The problem
Starting with the line that contains "f 333 335 156" and stopping after the line that contains "f 344 163 165", return each line below exactly as written, with no others.

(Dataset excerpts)

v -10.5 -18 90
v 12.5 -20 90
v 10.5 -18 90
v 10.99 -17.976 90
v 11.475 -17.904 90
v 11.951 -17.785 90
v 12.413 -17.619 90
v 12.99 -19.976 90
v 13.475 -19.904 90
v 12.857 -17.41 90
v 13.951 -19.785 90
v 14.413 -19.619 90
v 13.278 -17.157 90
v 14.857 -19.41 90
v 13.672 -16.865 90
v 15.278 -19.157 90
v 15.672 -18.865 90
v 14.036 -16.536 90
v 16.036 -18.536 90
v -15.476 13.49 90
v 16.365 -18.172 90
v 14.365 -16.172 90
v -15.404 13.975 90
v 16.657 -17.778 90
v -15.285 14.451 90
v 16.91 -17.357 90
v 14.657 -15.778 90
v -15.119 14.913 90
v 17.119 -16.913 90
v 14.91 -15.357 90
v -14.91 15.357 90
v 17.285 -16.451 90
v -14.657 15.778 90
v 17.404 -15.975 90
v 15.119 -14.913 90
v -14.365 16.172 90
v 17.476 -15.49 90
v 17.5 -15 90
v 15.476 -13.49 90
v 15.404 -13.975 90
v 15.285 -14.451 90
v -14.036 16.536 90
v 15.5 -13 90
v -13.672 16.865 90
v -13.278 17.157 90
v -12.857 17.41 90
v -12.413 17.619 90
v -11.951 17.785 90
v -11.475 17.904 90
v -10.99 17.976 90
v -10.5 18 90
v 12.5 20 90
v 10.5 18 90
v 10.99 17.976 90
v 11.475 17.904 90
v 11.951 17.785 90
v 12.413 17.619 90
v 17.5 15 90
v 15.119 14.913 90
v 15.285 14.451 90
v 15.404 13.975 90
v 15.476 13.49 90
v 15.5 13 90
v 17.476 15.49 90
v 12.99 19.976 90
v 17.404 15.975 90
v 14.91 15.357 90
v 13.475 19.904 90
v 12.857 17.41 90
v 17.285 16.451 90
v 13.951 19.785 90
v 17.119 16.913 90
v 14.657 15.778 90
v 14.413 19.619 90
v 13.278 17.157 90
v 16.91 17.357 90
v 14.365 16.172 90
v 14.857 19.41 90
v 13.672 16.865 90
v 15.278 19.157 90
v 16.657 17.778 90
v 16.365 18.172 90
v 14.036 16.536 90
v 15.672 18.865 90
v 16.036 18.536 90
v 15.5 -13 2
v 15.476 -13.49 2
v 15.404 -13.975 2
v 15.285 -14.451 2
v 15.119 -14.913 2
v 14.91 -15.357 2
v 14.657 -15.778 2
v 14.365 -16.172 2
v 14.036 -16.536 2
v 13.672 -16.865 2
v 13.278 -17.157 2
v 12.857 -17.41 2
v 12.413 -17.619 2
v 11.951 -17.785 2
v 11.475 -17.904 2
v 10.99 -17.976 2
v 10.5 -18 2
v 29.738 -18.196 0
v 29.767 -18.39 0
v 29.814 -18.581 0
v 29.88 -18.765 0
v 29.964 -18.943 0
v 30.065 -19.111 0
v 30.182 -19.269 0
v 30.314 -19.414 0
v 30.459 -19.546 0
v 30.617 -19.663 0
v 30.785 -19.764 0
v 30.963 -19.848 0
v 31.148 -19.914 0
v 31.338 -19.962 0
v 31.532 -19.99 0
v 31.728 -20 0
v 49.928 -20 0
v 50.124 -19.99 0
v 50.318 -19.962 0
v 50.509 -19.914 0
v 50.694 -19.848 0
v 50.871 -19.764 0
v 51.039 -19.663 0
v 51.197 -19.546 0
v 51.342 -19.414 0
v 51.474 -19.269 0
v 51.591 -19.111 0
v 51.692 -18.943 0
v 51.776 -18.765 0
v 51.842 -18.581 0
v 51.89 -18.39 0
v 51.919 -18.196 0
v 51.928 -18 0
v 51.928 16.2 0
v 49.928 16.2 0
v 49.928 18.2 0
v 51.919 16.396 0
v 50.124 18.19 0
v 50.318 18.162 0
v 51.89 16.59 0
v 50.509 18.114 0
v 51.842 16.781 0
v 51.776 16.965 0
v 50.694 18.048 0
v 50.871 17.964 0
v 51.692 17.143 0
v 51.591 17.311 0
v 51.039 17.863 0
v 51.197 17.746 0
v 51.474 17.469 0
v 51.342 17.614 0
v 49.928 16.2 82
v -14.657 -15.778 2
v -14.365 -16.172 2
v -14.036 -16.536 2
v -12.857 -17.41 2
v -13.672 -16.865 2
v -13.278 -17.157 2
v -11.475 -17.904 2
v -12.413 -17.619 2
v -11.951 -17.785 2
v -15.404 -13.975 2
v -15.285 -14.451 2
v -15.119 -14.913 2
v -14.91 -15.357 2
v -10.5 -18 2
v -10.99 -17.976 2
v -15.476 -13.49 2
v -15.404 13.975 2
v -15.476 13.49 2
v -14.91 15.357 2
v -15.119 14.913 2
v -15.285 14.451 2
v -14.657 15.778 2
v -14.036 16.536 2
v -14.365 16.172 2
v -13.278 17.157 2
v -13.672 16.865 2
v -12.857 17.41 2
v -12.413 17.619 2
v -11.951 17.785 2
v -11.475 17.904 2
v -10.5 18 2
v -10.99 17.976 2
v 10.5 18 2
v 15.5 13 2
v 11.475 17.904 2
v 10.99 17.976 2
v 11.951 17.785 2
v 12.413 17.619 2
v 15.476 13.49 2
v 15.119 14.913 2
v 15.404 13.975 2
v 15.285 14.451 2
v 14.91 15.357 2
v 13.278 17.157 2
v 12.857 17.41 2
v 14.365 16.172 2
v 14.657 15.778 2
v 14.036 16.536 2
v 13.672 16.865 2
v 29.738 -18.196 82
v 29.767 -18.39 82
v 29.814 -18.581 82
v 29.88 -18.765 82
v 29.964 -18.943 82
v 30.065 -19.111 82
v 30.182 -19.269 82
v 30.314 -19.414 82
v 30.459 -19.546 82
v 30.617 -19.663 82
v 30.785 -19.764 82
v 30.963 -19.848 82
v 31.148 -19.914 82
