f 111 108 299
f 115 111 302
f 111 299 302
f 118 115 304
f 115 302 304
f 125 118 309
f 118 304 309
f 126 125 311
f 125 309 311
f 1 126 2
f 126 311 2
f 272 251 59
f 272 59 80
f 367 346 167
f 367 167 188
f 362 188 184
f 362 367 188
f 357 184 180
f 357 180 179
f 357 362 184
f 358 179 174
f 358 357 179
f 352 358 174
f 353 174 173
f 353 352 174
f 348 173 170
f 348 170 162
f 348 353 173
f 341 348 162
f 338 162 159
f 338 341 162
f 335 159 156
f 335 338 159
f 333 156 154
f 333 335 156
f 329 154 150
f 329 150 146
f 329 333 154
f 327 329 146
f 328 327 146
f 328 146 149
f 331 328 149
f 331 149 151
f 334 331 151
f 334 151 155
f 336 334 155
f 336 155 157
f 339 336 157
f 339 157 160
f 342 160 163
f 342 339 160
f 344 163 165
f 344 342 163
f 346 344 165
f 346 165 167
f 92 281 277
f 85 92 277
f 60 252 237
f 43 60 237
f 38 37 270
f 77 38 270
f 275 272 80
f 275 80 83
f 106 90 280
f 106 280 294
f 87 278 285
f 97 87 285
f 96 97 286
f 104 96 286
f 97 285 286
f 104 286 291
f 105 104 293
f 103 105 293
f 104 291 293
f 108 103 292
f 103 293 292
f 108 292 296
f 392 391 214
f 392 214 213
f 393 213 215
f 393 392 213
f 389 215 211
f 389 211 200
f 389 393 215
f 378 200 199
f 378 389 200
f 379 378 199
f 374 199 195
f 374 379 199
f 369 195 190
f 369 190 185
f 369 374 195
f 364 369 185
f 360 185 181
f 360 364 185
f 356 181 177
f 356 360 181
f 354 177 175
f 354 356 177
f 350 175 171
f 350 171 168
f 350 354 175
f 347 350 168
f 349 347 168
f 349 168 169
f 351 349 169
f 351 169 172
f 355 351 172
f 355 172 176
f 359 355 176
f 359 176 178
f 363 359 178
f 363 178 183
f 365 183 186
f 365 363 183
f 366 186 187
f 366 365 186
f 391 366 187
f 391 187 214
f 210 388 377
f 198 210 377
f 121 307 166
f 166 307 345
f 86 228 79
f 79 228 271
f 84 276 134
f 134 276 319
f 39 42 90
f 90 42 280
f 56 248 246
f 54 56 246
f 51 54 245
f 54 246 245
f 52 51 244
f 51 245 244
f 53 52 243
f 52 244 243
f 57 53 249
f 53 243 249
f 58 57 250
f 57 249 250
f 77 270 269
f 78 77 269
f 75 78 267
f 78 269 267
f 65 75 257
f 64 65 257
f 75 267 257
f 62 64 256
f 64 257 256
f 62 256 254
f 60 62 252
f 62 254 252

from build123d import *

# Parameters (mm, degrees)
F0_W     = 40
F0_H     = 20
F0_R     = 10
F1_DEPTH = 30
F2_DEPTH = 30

Your solution
f 333 335 156
f 329 154 150
f 329 150 146
f 329 333 154
f 327 329 146
f 328 327 146
f 328 146 149
f 331 328 149
f 331 149 151
f 334 331 151
f 334 151 155
f 336 334 155
f 336 155 157
f 339 336 157
f 339 157 160
f 342 160 163
f 342 339 160
f 344 163 165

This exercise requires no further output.